Это утверждение до сих пор не доказано, однако многим представляется весьма вероятным. И тогда глава первая "Святейшей Тринософии" может быть прочтена как драматическое изложение конца земного пути и прощальное напутствие того, кого Европа конца XVIII столетия знала и восторженно почитала как "божественного Калиостро".
Глава вторая
ПРАВДА И ВЫМЫСЕЛ О ПРОИСХОЖДЕНИИ КАЛИОСТРО
Само имя Джузеппе Бальзамо, если его прообразовать при помощи каббалистических методом, означает — "Тот, кто был послан", или "Данный", а также "Господин Солнца", — показывает, что оно не было его истинным родовым именем. Как отмечает Кеннет Р.Х. Маккензи, член Теософического Общества, к концу прошлого столетия среди некоторых теософских профессоров того времени установилась мода транслитерировать в восточной форме любое имя, которое давалось оккультными братствами своим ученикам, предназначенным для работы в миру.
Конечно, вслед за Ривьером было бы заманчиво отождествить печального узника застенков инквизиции, знаменитого мага, масона и оккультиста графа Алессандро Калиостро с уроженцем сицилийского города Палермо авантюристом Джузеппе Бальзамо, ибо таково, как принято считать, его настоящее имя. Правда, есть небольшая нестыковка: по-итальянски это имя пишется как Giuseppe Balsamo. Можно возразить: Джузеппе — итальянская форма имени Иосиф, данного младенцу при крещении, по-французски это библейское имя произносится как Жозеф и пишется, как Joseph. "Святейшая Тринософия" написана по-французски, автору логично было бы написать свое имя в принятой в этом языке форме. И тогда инициалы J.B.C. логично будет прочитать как Joseph Balsamo Cagliostro.

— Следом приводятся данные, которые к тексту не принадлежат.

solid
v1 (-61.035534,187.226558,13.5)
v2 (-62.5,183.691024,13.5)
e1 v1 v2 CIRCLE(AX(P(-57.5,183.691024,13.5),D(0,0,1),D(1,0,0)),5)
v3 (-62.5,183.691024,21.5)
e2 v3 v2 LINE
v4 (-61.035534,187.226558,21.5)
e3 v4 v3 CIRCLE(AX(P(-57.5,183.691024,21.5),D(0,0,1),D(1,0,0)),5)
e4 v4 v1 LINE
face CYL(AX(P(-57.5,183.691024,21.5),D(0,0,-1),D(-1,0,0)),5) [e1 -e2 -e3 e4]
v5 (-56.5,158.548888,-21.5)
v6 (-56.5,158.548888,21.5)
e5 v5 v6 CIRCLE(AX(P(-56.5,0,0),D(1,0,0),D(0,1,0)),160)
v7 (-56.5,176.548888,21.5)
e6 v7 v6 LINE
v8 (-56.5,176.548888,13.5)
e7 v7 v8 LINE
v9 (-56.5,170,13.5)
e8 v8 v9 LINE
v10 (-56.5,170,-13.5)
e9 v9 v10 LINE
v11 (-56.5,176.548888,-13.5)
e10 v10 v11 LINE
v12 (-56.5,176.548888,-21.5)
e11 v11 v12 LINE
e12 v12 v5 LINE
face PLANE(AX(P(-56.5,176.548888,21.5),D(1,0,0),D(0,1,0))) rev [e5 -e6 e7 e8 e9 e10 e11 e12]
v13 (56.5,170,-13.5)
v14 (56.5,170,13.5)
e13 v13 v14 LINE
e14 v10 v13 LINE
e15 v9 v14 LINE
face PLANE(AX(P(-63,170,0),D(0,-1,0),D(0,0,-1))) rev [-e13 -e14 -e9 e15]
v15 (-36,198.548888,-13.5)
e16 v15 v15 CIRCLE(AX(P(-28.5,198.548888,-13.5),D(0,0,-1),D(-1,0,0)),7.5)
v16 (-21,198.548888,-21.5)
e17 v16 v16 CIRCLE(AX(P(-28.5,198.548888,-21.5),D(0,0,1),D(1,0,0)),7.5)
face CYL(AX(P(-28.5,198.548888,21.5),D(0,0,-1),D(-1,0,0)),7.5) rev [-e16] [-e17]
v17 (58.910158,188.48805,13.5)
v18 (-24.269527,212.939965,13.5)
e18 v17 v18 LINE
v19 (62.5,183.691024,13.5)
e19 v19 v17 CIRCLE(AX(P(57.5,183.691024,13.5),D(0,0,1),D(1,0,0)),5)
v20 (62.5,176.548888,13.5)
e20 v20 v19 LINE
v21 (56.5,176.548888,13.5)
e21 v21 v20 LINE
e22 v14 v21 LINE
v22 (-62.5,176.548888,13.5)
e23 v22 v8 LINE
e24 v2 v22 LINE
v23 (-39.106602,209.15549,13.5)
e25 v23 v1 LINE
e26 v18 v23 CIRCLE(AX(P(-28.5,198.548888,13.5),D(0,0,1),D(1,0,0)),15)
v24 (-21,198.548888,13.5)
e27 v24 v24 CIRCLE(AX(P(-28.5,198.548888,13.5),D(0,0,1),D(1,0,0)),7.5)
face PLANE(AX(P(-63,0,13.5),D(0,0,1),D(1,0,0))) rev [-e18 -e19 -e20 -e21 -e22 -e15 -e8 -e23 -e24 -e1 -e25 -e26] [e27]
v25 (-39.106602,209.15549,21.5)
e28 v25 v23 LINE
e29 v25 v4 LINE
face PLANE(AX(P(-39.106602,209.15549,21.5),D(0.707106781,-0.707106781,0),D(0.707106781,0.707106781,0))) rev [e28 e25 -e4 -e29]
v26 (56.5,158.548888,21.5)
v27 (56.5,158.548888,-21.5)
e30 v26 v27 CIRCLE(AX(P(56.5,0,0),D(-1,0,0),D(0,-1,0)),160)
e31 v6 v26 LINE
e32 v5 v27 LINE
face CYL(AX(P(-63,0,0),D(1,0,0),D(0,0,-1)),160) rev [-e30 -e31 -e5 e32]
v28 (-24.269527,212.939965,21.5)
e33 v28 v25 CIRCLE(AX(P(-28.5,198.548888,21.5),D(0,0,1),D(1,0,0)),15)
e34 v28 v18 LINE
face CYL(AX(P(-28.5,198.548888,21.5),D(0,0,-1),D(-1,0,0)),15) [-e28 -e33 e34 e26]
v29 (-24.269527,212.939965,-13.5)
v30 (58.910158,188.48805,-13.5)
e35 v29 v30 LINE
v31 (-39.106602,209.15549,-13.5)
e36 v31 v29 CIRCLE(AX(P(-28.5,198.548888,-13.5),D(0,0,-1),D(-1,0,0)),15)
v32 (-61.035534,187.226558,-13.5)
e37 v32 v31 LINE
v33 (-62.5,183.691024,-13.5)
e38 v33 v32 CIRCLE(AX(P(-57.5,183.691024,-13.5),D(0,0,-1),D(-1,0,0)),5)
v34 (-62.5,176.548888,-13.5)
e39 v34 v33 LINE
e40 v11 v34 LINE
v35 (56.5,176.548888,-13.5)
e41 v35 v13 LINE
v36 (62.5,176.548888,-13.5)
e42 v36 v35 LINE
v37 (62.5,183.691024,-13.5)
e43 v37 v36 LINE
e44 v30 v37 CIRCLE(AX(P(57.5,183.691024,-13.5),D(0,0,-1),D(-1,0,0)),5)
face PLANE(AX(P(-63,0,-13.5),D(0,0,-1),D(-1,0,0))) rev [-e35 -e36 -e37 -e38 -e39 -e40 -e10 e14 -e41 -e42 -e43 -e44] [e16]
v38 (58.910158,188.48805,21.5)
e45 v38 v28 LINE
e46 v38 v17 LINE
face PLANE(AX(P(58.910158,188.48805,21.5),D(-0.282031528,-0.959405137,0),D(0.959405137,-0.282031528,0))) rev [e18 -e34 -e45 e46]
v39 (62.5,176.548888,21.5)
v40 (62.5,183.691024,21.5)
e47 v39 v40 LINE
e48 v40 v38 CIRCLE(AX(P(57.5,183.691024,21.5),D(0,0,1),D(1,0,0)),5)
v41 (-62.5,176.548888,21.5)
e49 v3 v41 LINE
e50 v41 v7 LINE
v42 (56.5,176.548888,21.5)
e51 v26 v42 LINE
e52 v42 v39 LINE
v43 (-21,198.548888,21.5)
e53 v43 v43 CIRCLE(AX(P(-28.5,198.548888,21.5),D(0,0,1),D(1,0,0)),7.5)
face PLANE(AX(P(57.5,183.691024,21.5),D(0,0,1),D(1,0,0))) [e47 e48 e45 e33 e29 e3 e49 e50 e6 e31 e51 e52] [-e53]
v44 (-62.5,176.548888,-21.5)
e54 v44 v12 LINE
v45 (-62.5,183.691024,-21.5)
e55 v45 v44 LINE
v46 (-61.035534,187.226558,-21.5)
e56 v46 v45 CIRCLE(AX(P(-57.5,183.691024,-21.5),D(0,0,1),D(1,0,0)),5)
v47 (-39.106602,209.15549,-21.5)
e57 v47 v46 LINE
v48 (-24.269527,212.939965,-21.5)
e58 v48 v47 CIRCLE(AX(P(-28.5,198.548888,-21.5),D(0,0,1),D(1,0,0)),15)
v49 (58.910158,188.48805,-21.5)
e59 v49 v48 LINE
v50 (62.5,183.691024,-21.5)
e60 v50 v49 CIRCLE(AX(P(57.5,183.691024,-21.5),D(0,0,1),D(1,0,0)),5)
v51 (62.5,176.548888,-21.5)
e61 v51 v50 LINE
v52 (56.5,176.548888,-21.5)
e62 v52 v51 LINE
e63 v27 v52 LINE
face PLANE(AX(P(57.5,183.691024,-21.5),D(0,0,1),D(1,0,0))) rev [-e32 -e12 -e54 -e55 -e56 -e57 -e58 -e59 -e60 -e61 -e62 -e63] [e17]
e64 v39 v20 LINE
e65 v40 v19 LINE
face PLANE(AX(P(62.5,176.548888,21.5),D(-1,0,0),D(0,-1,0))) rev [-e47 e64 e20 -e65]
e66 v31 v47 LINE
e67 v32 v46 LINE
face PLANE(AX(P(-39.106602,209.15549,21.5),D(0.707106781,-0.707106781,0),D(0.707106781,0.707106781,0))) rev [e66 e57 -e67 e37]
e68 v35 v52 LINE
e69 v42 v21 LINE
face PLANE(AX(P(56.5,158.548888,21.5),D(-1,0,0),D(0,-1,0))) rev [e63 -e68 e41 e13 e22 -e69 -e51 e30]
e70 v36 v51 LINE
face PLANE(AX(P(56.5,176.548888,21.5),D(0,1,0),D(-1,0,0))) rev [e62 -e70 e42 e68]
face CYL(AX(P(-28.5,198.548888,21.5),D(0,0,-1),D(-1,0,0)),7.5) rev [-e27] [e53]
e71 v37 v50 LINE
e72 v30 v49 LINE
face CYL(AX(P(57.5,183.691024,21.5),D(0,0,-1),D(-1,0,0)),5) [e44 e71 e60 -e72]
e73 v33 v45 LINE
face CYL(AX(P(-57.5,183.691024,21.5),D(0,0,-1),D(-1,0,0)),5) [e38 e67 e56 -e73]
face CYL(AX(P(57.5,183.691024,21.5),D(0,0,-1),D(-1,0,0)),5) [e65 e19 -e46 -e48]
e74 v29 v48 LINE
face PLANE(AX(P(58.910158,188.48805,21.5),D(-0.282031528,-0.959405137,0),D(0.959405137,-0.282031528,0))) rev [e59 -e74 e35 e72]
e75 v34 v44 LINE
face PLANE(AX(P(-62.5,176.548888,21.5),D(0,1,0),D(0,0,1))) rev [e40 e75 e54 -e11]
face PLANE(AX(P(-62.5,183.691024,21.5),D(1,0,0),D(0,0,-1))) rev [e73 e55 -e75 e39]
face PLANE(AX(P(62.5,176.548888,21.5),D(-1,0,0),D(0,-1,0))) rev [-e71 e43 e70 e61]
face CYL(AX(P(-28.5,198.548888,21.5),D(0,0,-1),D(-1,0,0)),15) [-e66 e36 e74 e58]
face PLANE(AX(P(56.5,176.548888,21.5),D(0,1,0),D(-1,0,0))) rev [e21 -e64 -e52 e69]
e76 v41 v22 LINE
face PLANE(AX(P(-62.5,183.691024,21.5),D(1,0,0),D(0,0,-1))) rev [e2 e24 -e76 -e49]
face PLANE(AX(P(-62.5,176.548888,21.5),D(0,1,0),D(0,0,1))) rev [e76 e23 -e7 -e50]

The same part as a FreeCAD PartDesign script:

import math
import FreeCAD as App
import Part
import Sketcher
Q = App.Units.Quantity

doc = App.newDocument("Part")
body = doc.addObject("PartDesign::Body", "Body")

sketch1 = doc.addObject("Sketcher::SketchObject", "Sketch")
body.addObject(sketch1)
sketch1.AttachmentSupport = (doc.XY_Plane, [""])
sketch1.MapMode = "FlatFace"
sketch1.addGeometry(Part.LineSegment(App.Vector(-56.5, 158.5, 0), App.Vector(56.5, 158.5, 0)), False)
sketch1.addGeometry(Part.LineSegment(App.Vector(56.5, 158.5, 0), App.Vector(56.5, 176.5, 0)), False)
sketch1.addGeometry(Part.LineSegment(App.Vector(56.5, 176.5, 0), App.Vector(62.5, 176.5, 0)), False)
sketch1.addGeometry(Part.LineSegment(App.Vector(62.5, 176.5, 0), App.Vector(62.5, 183.7, 0)), False)
sketch1.addGeometry(Part.ArcOfCircle(Part.Circle(App.Vector(57.5, 183.7, 0), App.Vector(0, 0, 1), 5), math.radians(0), math.radians(74)), False)
sketch1.addGeometry(Part.LineSegment(App.Vector(58.9, 188.5, 0), App.Vector(-24.3, 212.9, 0)), False)
sketch1.addGeometry(Part.ArcOfCircle(Part.Circle(App.Vector(-28.5, 198.5, 0), App.Vector(0, 0, 1), 15), math.radians(74), math.radians(135)), False)
sketch1.addGeometry(Part.LineSegment(App.Vector(-39.1, 209.2, 0), App.Vector(-61, 187.2, 0)), False)
sketch1.addGeometry(Part.ArcOfCircle(Part.Circle(App.Vector(-57.5, 183.7, 0), App.Vector(0, 0, 1), 5), math.radians(135), math.radians(180)), False)
sketch1.addGeometry(Part.LineSegment(App.Vector(-62.5, 183.7, 0), App.Vector(-62.5, 176.5, 0)), False)
sketch1.addGeometry(Part.LineSegment(App.Vector(-62.5, 176.5, 0), App.Vector(-56.5, 176.5, 0)), False)
sketch1.addGeometry(Part.LineSegment(App.Vector(-56.5, 176.5, 0), App.Vector(-56.5, 158.5, 0)), False)
sketch1.addGeometry(Part.Circle(App.Vector(-28.5, 198.5, 0), App.Vector(0, 0, 1), 7.5), False)
sketch1.addConstraint(Sketcher.Constraint("Coincident", 0, 2, 1, 1))
sketch1.addConstraint(Sketcher.Constraint("Coincident", 1, 2, 2, 1))
sketch1.addConstraint(Sketcher.Constraint("Coincident", 2, 2, 3, 1))
sketch1.addConstraint(Sketcher.Constraint("Tangent", 3, 2, 4, 1))
sketch1.addConstraint(Sketcher.Constraint("Tangent", 4, 2, 5, 1))
sketch1.addConstraint(Sketcher.Constraint("Tangent", 5, 2, 6, 1))
sketch1.addConstraint(Sketcher.Constraint("Tangent", 6, 2, 7, 1))
sketch1.addConstraint(Sketcher.Constraint("Tangent", 7, 2, 8, 1))
sketch1.addConstraint(Sketcher.Constraint("Tangent", 8, 2, 9, 1))
sketch1.addConstraint(Sketcher.Constraint("Coincident", 9, 2, 10, 1))
sketch1.addConstraint(Sketcher.Constraint("Coincident", 10, 2, 11, 1))
sketch1.addConstraint(Sketcher.Constraint("Coincident", 11, 2, 0, 1))
sketch1.addConstraint(Sketcher.Constraint("Horizontal", 0))
sketch1.addConstraint(Sketcher.Constraint("Vertical", 1))
sketch1.addConstraint(Sketcher.Constraint("Horizontal", 2))
sketch1.addConstraint(Sketcher.Constraint("Vertical", 3))
sketch1.addConstraint(Sketcher.Constraint("Vertical", 9))
sketch1.addConstraint(Sketcher.Constraint("Horizontal", 10))
sketch1.addConstraint(Sketcher.Constraint("Vertical", 11))
sketch1.addConstraint(Sketcher.Constraint("Coincident", 12, 3, 6, 3))
sketch1.addConstraint(Sketcher.Constraint("Equal", 4, 8))
sketch1.addConstraint(Sketcher.Constraint("Symmetric", 4, 3, 8, 3, -2))
sketch1.addConstraint(Sketcher.Constraint("Symmetric", 1, 2, 10, 2, -2))
sketch1.addConstraint(Sketcher.Constraint("Diameter", 12, 15.0))
sketch1.addConstraint(Sketcher.Constraint("Radius", 4, 5.0))
sketch1.addConstraint(Sketcher.Constraint("Radius", 6, 15.0))
sketch1.addConstraint(Sketcher.Constraint("DistanceX", 0, 1, 0, 2, 113.0))
sketch1.addConstraint(Sketcher.Constraint("DistanceX", 2, 1, 2, 2, 6.0))
sketch1.addConstraint(Sketcher.Constraint("DistanceY", 1, 1, 1, 2, 18.0))
sketch1.addConstraint(Sketcher.Constraint("Angle", 7, Q("-135 deg")))
sketch1.addConstraint(Sketcher.Constraint("DistanceX", 6, 3, 4, 3, 86.0))
sketch1.addConstraint(Sketcher.Constraint("DistanceY", 0, 2, 6, 3, 40.0))
sketch1.addConstraint(Sketcher.Constraint("DistanceY", -1, 1, 6, 3, 198.548888))
pad1 = doc.addObject("PartDesign::Pad", "Pad")
body.addObject(pad1)
pad1.Profile = sketch1
pad1.Length = 43
pad1.Midplane = True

Вот только далеко не все думают, что Джузеппе Бальзамо и граф Калиостро — одно и то же лицо. Есть сторонники версии, что это совершенно разные персонажи. И биографии у них разные. Так считает, например, английский исследователь У.-Р.-Г. Троубридж, который в своей книге "Калиостро. Блеск и нищета Мастера магии" (1910) приводит довольно убедительные доказательства своей точки зрения. Как пишет о Калиостро Мэнли Палмер Холл," вне всяких сомнений, граф Калиостро является самым оболганным человеком в современной истории".У.-Р.-Г. Троубридж горячо отстаивает "доброе имя" графа Калиостро: " Подозрение, которое всегда внушали таинства и магия, сделало фантастическую личность Калиостро легкой мишенью для клеветы. Поэтому о нем сложилось превратное мнение и сведения, дошедшие до нас, так искажены, что узнать этого благородного человека трудно. Больше сотни лет его репутация раскачивалась на виселице бесславия, и всякого, кто пытался вынуть ее из петли, ждали проклятия. Его судьба была его славой. История его помнит не столько за то, что сам он сделал, сколько за то, что с ним сделали".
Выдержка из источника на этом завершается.